__Records for this task__:
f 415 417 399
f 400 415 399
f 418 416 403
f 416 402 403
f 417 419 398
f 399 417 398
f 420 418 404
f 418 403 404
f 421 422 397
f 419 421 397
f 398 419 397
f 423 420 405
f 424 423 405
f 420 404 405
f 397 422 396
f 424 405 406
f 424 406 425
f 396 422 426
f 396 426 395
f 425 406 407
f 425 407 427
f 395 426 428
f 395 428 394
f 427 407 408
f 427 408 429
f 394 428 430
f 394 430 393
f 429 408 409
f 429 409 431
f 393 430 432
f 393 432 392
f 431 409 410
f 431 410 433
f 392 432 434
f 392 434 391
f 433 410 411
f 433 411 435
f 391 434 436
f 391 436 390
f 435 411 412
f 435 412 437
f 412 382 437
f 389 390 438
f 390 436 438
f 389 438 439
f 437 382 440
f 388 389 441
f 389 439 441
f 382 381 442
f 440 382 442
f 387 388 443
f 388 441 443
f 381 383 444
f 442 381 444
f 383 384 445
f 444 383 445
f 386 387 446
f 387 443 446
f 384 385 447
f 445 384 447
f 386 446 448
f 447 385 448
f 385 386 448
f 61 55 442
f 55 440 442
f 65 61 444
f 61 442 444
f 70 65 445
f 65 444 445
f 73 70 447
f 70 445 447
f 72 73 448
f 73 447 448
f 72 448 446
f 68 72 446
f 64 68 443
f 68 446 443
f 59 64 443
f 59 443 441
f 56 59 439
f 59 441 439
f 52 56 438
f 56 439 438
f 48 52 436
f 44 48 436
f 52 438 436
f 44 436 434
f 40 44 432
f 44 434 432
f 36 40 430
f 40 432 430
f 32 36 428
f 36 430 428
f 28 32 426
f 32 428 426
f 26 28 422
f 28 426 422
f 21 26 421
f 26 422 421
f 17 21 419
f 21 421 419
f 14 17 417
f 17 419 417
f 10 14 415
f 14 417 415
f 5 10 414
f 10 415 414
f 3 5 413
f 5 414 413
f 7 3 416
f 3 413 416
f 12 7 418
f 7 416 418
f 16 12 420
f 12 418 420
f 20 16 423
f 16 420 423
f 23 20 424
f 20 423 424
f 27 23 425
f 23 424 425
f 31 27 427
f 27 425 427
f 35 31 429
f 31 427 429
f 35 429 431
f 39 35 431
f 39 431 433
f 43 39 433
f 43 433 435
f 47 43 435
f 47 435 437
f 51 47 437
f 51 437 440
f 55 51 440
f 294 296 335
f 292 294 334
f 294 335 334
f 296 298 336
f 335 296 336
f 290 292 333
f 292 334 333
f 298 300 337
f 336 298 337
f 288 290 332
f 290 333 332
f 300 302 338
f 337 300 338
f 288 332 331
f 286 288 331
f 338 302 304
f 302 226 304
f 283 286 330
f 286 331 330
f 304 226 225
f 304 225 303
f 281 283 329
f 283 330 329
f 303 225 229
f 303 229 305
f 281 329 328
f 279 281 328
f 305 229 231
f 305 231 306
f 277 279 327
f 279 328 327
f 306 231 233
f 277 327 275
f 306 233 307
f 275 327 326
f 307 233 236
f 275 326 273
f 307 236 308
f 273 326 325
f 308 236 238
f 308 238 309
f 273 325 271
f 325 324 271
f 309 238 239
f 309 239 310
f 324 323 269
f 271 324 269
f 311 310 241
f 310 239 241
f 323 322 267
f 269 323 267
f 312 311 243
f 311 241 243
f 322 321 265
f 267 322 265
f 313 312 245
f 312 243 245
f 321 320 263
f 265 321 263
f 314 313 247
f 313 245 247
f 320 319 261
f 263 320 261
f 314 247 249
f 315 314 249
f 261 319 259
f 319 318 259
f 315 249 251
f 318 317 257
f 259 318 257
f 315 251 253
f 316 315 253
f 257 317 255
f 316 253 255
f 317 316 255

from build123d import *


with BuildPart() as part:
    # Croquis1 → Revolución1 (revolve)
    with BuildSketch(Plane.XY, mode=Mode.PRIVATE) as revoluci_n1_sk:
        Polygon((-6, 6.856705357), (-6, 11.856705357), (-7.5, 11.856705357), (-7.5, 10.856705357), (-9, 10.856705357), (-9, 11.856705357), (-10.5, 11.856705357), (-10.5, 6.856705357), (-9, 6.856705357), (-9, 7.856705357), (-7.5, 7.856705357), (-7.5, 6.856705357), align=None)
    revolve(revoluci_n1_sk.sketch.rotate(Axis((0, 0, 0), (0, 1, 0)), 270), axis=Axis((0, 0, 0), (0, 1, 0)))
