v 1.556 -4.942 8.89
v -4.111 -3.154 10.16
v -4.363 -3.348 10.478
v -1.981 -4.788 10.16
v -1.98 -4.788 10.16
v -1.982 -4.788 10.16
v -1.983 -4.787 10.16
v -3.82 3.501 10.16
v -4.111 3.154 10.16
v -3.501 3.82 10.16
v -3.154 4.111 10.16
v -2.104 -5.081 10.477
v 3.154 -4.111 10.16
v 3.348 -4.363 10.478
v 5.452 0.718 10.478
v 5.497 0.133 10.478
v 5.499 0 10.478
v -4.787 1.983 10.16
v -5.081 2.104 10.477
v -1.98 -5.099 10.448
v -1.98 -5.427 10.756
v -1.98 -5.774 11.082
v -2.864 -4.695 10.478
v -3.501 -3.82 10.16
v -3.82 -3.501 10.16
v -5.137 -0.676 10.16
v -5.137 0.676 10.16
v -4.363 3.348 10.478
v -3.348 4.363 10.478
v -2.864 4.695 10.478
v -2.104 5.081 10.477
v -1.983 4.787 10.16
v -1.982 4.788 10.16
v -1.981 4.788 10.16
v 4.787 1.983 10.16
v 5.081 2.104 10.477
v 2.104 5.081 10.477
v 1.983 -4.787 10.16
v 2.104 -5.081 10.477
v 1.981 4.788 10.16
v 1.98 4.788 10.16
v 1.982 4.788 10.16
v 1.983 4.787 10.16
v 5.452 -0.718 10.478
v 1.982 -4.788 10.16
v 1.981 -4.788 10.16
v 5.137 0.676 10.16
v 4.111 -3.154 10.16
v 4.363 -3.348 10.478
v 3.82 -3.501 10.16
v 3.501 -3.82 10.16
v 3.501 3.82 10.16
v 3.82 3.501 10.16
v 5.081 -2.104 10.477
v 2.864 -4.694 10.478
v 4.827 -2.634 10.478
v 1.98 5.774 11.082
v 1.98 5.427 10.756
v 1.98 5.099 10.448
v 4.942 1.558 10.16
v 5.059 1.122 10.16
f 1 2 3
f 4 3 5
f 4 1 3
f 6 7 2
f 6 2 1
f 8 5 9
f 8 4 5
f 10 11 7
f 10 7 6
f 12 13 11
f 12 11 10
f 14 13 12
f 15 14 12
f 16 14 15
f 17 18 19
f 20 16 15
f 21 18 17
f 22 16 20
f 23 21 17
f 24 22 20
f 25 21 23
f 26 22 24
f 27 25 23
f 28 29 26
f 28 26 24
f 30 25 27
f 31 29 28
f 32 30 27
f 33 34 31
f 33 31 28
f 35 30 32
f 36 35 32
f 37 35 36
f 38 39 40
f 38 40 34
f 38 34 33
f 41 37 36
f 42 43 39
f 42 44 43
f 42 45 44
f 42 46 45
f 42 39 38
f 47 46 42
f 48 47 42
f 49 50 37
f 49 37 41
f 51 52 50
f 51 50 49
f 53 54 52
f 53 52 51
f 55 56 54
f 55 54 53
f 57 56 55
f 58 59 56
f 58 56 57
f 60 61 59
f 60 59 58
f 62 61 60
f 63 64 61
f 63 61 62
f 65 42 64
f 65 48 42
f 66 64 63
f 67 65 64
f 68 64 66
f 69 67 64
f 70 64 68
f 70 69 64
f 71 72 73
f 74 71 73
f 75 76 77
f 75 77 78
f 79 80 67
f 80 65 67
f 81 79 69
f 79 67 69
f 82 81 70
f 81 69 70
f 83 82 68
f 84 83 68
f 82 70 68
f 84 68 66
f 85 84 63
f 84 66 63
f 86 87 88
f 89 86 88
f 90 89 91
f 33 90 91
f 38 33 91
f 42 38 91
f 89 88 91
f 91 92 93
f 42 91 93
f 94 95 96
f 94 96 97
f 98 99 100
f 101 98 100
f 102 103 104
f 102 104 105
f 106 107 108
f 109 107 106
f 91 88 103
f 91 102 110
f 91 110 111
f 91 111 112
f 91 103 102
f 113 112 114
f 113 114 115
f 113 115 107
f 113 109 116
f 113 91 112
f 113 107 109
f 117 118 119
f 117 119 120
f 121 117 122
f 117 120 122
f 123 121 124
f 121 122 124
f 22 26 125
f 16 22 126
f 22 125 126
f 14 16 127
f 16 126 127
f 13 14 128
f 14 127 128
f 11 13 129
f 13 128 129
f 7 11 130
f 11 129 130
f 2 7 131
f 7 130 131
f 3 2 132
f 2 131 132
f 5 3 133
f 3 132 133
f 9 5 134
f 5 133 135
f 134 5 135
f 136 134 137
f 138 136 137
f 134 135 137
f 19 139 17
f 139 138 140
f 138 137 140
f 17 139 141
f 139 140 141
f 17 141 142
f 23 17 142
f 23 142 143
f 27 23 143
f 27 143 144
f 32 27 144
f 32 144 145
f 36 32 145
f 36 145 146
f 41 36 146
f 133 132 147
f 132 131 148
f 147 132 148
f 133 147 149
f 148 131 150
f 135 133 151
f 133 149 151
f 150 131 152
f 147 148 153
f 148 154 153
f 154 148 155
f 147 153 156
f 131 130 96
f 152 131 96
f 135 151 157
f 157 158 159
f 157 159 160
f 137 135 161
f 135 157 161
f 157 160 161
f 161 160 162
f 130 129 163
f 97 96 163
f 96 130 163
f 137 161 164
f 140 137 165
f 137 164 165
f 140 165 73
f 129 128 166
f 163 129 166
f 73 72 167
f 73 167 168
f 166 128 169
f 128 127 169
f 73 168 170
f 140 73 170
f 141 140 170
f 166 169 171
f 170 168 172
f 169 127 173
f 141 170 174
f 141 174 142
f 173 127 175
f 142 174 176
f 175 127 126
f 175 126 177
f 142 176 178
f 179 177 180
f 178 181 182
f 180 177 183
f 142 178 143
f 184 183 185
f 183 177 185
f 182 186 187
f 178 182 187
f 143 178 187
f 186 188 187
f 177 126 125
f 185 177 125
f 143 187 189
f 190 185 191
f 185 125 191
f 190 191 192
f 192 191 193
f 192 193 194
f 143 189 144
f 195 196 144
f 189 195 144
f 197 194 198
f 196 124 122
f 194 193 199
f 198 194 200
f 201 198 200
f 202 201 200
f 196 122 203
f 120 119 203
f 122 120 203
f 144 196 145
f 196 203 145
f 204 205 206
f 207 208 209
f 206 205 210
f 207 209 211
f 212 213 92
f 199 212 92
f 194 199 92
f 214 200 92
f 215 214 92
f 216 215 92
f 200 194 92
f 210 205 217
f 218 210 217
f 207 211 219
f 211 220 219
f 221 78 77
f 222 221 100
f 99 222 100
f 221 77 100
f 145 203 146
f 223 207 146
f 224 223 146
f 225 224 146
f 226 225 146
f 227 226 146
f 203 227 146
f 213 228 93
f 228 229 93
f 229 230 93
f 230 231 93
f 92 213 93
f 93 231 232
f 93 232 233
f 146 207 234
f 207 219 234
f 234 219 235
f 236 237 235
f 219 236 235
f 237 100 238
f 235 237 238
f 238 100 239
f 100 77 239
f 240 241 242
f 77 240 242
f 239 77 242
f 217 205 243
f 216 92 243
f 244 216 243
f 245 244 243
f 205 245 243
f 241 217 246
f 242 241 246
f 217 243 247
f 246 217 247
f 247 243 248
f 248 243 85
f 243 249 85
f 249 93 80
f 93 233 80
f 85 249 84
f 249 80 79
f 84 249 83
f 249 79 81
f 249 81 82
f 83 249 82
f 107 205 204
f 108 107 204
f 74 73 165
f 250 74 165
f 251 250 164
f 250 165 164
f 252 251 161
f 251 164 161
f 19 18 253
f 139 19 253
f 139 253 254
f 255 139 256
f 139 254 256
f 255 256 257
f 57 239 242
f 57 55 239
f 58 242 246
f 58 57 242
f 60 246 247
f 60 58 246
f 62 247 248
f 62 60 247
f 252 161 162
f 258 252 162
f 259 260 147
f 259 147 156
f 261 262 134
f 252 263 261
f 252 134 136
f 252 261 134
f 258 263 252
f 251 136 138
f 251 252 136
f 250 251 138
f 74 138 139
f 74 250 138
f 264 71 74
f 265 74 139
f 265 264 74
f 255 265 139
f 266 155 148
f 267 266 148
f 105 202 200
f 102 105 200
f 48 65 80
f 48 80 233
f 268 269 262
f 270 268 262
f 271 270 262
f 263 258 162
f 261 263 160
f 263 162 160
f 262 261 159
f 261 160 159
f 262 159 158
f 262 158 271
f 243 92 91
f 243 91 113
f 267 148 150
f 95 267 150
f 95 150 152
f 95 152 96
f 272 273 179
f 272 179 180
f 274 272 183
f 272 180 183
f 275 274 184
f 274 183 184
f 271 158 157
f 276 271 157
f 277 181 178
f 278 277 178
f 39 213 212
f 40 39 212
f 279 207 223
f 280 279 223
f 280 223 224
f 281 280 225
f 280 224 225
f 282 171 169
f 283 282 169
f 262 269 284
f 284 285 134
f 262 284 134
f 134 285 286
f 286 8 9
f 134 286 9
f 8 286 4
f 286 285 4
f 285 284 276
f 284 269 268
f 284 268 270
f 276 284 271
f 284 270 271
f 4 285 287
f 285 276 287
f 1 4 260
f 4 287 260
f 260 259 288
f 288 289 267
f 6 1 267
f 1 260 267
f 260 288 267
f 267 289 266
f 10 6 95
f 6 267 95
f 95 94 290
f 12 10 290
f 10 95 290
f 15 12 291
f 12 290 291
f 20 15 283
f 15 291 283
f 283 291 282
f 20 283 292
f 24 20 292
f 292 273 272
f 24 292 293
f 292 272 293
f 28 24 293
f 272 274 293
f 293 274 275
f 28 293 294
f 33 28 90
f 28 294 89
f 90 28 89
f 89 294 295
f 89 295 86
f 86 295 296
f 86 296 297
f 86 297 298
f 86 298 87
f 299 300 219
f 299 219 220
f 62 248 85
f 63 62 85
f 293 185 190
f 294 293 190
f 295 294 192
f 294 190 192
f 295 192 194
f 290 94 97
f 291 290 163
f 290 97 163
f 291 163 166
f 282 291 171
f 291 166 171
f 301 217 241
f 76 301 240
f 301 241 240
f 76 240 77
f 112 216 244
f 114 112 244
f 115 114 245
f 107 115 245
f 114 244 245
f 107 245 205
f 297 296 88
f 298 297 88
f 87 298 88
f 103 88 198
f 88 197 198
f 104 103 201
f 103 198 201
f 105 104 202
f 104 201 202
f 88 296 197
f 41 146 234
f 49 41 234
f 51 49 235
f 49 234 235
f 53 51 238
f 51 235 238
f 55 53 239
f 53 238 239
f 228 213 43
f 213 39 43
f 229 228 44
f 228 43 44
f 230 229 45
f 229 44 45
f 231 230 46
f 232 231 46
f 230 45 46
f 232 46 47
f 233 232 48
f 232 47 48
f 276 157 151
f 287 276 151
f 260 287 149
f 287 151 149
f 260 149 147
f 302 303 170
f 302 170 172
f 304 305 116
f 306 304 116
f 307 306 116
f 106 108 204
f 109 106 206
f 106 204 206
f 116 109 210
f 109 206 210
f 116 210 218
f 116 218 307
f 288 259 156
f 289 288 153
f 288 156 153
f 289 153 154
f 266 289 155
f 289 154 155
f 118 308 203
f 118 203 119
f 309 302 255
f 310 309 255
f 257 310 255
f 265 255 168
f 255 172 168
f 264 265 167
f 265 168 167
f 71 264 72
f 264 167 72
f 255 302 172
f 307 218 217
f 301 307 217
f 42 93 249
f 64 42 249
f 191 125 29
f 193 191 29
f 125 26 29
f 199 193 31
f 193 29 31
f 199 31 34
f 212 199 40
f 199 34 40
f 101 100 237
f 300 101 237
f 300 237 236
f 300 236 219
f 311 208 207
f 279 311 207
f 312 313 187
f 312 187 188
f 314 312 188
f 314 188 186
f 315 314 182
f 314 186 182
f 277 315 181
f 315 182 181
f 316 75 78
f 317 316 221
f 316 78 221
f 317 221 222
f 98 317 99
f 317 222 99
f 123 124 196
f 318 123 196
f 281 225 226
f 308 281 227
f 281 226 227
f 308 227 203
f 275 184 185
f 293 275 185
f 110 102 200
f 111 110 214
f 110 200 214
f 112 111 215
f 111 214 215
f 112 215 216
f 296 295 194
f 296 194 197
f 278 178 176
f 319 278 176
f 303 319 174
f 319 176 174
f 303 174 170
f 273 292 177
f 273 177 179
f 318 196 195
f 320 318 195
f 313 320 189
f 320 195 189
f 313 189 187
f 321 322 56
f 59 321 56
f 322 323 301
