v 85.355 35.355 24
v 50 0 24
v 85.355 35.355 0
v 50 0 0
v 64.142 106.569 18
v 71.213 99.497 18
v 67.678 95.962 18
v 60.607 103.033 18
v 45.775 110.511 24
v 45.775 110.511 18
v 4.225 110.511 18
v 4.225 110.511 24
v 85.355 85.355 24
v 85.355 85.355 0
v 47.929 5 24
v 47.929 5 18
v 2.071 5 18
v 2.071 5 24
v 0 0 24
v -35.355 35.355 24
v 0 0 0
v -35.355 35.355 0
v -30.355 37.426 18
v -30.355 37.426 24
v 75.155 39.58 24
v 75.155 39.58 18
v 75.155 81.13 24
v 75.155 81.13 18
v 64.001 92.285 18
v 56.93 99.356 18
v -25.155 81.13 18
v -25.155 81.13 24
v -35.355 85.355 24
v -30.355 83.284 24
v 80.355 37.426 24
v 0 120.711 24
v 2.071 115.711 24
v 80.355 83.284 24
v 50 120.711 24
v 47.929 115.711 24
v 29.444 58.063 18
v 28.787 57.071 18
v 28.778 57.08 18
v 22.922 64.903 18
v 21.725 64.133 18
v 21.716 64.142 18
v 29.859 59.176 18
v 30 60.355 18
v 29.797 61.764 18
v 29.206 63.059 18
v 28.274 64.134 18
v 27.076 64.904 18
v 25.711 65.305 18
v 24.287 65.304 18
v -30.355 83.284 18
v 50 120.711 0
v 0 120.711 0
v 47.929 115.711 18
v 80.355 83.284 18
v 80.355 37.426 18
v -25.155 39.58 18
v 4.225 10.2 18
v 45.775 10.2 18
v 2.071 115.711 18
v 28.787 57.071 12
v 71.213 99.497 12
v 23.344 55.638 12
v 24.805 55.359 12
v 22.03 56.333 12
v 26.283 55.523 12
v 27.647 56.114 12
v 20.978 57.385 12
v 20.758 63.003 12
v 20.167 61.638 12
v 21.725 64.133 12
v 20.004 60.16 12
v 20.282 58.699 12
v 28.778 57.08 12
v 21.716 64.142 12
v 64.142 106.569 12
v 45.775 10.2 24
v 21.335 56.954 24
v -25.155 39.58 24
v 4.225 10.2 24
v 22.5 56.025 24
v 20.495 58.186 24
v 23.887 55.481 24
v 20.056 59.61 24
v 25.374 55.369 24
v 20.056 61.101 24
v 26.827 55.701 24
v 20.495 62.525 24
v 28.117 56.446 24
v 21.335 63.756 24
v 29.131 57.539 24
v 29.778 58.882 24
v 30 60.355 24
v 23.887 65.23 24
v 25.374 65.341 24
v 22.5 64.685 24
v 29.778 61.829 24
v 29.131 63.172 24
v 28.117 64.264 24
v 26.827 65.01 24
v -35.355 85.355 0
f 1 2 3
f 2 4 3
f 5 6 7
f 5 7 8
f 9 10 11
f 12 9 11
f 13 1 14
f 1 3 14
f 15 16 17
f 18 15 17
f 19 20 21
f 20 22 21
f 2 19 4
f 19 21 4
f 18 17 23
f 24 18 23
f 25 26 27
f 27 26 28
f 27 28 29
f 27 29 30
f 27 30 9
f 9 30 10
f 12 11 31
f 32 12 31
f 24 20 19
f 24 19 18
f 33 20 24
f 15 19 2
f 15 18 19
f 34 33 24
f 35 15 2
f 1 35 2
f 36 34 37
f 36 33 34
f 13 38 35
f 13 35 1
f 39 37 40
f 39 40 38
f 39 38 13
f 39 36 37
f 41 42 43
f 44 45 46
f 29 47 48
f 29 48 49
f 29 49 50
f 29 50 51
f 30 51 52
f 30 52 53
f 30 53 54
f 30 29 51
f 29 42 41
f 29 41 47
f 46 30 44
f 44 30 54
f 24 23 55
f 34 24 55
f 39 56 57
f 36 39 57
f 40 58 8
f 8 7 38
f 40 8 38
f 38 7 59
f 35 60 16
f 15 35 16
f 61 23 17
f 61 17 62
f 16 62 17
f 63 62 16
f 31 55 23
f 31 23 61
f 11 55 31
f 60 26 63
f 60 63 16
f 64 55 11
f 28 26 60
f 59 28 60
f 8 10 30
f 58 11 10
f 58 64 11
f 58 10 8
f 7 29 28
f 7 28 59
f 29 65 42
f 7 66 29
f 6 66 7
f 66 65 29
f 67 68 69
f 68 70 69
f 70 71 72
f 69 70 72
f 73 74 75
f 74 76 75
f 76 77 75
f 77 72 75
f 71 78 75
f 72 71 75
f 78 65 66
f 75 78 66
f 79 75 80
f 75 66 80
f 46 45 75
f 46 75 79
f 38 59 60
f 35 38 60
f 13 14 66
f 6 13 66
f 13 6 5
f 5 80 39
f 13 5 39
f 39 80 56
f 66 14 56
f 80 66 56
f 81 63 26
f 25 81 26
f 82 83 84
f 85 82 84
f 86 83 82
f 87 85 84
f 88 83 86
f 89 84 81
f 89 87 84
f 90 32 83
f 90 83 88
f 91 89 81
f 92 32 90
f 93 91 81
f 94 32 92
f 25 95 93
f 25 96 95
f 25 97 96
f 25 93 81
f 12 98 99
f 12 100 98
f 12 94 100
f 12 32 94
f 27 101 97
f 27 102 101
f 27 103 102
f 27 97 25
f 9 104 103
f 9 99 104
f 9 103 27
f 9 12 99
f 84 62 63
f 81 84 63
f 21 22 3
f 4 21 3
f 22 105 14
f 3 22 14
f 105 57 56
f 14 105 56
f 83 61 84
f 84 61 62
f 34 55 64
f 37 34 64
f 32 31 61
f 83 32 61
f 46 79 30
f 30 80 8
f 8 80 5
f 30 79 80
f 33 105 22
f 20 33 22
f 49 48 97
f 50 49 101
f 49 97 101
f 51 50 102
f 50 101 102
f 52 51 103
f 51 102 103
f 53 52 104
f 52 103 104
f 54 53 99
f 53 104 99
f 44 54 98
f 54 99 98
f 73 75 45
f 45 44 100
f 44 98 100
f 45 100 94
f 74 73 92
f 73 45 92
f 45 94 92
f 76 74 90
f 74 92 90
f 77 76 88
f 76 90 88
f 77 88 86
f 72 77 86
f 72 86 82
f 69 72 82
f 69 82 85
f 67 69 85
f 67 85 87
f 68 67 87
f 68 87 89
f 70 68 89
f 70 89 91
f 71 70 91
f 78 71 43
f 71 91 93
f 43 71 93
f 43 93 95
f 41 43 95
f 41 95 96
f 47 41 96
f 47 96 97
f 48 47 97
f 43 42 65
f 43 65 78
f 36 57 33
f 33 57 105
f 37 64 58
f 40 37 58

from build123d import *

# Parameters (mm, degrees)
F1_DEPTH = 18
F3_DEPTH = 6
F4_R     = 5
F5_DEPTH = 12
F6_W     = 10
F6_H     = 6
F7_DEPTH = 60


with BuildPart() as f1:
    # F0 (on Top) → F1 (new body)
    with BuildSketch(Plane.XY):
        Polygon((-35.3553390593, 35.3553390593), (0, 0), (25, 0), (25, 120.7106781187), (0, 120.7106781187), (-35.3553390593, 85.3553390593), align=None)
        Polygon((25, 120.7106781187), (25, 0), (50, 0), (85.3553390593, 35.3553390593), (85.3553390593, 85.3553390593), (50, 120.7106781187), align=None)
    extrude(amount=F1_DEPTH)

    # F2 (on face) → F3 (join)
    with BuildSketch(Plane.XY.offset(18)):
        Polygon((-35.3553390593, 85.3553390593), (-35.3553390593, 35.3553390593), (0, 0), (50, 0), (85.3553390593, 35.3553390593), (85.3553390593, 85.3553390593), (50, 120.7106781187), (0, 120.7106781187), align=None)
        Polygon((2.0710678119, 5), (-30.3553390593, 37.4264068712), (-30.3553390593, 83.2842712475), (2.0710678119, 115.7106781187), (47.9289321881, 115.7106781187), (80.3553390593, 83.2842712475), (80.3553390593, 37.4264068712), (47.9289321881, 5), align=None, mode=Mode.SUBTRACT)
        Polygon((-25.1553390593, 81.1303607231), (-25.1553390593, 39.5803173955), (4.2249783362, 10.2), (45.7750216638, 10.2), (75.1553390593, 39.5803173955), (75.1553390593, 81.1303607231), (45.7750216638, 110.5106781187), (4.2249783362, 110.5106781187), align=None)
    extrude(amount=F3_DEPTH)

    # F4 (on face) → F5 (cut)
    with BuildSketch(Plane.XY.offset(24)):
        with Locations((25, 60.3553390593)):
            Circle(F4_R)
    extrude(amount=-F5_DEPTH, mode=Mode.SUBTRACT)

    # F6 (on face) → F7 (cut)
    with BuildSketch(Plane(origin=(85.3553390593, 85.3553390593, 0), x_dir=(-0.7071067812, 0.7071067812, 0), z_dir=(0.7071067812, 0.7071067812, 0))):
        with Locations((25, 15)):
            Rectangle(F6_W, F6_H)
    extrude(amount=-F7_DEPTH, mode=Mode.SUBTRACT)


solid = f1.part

__What you will do__:
Take the lines from the first line of the records through the line holding "f 383 384 445", both included, and please reproduce them exactly with nothing added.

__Output for this exercise__:
f 415 417 399
f 400 415 399
f 418 416 403
f 416 402 403
f 417 419 398
f 399 417 398
f 420 418 404
f 418 403 404
f 421 422 397
f 419 421 397
f 398 419 397
f 423 420 405
f 424 423 405
f 420 404 405
f 397 422 396
f 424 405 406
f 424 406 425
f 396 422 426
f 396 426 395
f 425 406 407
f 425 407 427
f 395 426 428
f 395 428 394
f 427 407 408
f 427 408 429
f 394 428 430
f 394 430 393
f 429 408 409
f 429 409 431
f 393 430 432
f 393 432 392
f 431 409 410
f 431 410 433
f 392 432 434
f 392 434 391
f 433 410 411
f 433 411 435
f 391 434 436
f 391 436 390
f 435 411 412
f 435 412 437
f 412 382 437
f 389 390 438
f 390 436 438
f 389 438 439
f 437 382 440
f 388 389 441
f 389 439 441
f 382 381 442
f 440 382 442
f 387 388 443
f 388 441 443
f 381 383 444
f 442 381 444
f 383 384 445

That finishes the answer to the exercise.